TASK TO CARRY OUT: Starting at the line that has "v -2.7 -23.65 0" and stopping after the line that has "v 5.7 -28.623 11.024", reproduce the listing below exactly; omit everything else.
Start of INFORMATION PROVIDED
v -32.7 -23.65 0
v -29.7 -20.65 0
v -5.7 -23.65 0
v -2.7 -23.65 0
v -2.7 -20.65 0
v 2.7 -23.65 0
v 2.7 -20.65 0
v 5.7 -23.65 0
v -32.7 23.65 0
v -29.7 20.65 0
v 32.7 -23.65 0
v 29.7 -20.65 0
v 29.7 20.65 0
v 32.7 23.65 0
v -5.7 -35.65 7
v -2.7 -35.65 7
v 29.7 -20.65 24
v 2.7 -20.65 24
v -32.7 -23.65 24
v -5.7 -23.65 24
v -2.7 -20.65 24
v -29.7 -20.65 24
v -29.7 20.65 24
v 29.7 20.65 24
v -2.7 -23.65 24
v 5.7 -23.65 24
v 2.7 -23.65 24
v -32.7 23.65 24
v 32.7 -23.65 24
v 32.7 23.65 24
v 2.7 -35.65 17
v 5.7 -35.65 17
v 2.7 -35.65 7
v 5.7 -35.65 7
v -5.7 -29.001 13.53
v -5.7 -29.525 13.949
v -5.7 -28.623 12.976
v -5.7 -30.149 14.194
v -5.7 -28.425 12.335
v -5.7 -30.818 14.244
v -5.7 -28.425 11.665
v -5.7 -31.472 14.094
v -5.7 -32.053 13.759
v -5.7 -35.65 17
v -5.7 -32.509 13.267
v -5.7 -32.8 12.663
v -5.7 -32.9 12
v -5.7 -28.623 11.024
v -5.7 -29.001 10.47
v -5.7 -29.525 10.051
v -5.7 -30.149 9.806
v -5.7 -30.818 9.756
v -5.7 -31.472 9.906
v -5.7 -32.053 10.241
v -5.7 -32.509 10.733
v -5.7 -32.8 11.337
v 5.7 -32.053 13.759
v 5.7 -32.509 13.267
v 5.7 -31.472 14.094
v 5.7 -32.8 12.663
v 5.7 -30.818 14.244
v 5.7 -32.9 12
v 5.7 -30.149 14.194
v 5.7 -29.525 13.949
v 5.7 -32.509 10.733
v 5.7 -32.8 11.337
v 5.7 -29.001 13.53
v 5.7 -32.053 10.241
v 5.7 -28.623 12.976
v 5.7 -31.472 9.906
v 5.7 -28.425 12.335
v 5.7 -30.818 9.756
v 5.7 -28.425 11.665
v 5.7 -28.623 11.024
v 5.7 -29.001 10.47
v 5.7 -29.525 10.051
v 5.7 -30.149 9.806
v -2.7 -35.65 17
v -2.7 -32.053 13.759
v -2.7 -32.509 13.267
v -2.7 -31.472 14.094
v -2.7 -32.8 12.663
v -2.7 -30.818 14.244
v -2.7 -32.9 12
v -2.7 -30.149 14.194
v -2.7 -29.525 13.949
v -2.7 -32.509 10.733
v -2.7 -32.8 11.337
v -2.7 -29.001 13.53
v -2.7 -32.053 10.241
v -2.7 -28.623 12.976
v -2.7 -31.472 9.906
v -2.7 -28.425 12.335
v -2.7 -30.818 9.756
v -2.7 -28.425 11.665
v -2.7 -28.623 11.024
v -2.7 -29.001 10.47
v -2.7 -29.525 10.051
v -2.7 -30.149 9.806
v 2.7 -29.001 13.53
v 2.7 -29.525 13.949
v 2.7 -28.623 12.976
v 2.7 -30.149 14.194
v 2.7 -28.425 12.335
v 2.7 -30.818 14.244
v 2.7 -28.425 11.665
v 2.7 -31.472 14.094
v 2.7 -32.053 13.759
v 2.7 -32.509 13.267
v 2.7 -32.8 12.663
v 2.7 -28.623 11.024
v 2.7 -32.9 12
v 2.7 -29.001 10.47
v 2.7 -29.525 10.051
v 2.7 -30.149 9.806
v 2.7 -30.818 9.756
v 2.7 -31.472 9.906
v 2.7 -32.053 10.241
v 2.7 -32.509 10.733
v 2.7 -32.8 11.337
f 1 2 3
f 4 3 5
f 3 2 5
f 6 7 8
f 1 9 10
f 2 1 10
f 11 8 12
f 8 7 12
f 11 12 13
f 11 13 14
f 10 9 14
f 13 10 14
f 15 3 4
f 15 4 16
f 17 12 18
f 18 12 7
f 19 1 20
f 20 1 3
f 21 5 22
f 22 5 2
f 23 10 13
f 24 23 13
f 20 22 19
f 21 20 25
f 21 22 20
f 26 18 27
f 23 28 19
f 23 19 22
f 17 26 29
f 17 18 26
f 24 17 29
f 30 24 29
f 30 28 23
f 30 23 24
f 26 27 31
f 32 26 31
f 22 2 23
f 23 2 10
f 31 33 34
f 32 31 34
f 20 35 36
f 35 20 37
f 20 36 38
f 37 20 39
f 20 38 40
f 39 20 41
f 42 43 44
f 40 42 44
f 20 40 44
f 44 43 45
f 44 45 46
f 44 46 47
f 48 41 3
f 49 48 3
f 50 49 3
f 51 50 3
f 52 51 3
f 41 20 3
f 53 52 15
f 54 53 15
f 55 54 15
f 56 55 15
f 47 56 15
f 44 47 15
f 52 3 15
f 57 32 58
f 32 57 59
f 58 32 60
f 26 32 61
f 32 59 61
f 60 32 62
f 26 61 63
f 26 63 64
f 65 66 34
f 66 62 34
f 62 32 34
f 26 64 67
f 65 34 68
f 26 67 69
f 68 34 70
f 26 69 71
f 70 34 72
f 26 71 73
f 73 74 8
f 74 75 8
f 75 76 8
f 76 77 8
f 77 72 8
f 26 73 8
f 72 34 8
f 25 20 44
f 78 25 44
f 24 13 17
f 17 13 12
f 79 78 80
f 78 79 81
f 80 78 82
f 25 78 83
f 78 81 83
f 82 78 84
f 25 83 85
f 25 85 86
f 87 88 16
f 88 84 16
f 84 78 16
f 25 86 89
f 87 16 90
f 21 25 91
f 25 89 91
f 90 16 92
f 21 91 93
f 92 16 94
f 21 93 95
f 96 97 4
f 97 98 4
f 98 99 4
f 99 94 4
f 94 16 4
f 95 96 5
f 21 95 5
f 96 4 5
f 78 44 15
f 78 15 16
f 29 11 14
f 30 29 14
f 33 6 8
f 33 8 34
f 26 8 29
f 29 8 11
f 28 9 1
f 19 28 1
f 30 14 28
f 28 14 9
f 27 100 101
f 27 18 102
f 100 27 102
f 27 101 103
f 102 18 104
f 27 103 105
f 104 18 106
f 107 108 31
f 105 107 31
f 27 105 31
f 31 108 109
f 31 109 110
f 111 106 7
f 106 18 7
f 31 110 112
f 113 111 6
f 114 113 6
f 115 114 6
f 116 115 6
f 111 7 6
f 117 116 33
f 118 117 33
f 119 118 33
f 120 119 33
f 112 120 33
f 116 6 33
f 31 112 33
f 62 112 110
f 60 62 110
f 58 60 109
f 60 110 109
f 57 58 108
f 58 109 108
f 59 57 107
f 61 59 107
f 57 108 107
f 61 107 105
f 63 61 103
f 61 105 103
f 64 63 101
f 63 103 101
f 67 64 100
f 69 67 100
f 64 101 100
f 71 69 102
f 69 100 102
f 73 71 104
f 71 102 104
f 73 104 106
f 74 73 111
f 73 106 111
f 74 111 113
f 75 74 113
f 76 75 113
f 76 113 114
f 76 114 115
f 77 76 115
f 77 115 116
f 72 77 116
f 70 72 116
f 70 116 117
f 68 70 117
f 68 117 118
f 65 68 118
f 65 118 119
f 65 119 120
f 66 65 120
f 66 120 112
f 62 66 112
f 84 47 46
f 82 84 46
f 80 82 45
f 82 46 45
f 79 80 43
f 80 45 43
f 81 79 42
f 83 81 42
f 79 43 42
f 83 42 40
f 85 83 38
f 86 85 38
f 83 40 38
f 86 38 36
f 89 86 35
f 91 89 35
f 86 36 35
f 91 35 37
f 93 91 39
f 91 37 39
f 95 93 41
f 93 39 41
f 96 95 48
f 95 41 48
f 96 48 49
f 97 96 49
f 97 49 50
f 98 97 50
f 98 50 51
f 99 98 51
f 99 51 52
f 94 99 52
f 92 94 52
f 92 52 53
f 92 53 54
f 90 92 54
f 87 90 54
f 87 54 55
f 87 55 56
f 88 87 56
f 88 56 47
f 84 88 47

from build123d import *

# Parameters (mm, degrees)
EXTRU_MINCE1_DEPTH      = 24
ESQUISSE2_R             = 2.25
ENL_V_MAT_EXTRU_1_DEPTH = 20


with BuildPart() as part:
    # Esquisse1 → Extru.-Mince1 (new body)
    with BuildSketch(Plane.XY):
        Polygon((-2.7, -35.65), (-2.7, -20.65), (-29.7, -20.65), (-29.7, 20.65), (29.7, 20.65), (29.7, -20.65), (2.7, -20.65), (2.7, -35.65), (5.7, -35.65), (5.7, -23.65), (32.7, -23.65), (32.7, 23.65), (-32.7, 23.65), (-32.7, -23.65), (-5.7, -23.65), (-5.7, -35.65), align=None)
    extrude(amount=EXTRU_MINCE1_DEPTH)

    # Esquisse2 → Enlèv. mat.-Extru.1 (cut)
    with BuildSketch(Plane.ZY.offset(5.7)):
        with Locations(Location((12, -30.65, 0), (0, 0, 270))):
            Circle(ESQUISSE2_R)
        Polygon((0, -23.65), (7, -35.65), (0, -35.65), align=None)
        Polygon((17, -35.65), (24, -35.65), (24, -23.65), align=None)
    extrude(amount=-ENL_V_MAT_EXTRU_1_DEPTH, mode=Mode.SUBTRACT)


solid = part.part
End of INFORMATION PROVIDED
YOUR RESPONSE:
v -2.7 -23.65 0
v -2.7 -20.65 0
v 2.7 -23.65 0
v 2.7 -20.65 0
v 5.7 -23.65 0
v -32.7 23.65 0
v -29.7 20.65 0
v 32.7 -23.65 0
v 29.7 -20.65 0
v 29.7 20.65 0
v 32.7 23.65 0
v -5.7 -35.65 7
v -2.7 -35.65 7
v 29.7 -20.65 24
v 2.7 -20.65 24
v -32.7 -23.65 24
v -5.7 -23.65 24
v -2.7 -20.65 24
v -29.7 -20.65 24
v -29.7 20.65 24
v 29.7 20.65 24
v -2.7 -23.65 24
v 5.7 -23.65 24
v 2.7 -23.65 24
v -32.7 23.65 24
v 32.7 -23.65 24
v 32.7 23.65 24
v 2.7 -35.65 17
v 5.7 -35.65 17
v 2.7 -35.65 7
v 5.7 -35.65 7
v -5.7 -29.001 13.53
v -5.7 -29.525 13.949
v -5.7 -28.623 12.976
v -5.7 -30.149 14.194
v -5.7 -28.425 12.335
v -5.7 -30.818 14.244
v -5.7 -28.425 11.665
v -5.7 -31.472 14.094
v -5.7 -32.053 13.759
v -5.7 -35.65 17
v -5.7 -32.509 13.267
v -5.7 -32.8 12.663
v -5.7 -32.9 12
v -5.7 -28.623 11.024
v -5.7 -29.001 10.47
v -5.7 -29.525 10.051
v -5.7 -30.149 9.806
v -5.7 -30.818 9.756
v -5.7 -31.472 9.906
v -5.7 -32.053 10.241
v -5.7 -32.509 10.733
v -5.7 -32.8 11.337
v 5.7 -32.053 13.759
v 5.7 -32.509 13.267
v 5.7 -31.472 14.094
v 5.7 -32.8 12.663
v 5.7 -30.818 14.244
v 5.7 -32.9 12
v 5.7 -30.149 14.194
v 5.7 -29.525 13.949
v 5.7 -32.509 10.733
v 5.7 -32.8 11.337
v 5.7 -29.001 13.53
v 5.7 -32.053 10.241
v 5.7 -28.623 12.976
v 5.7 -31.472 9.906
v 5.7 -28.425 12.335
v 5.7 -30.818 9.756
v 5.7 -28.425 11.665
v 5.7 -28.623 11.024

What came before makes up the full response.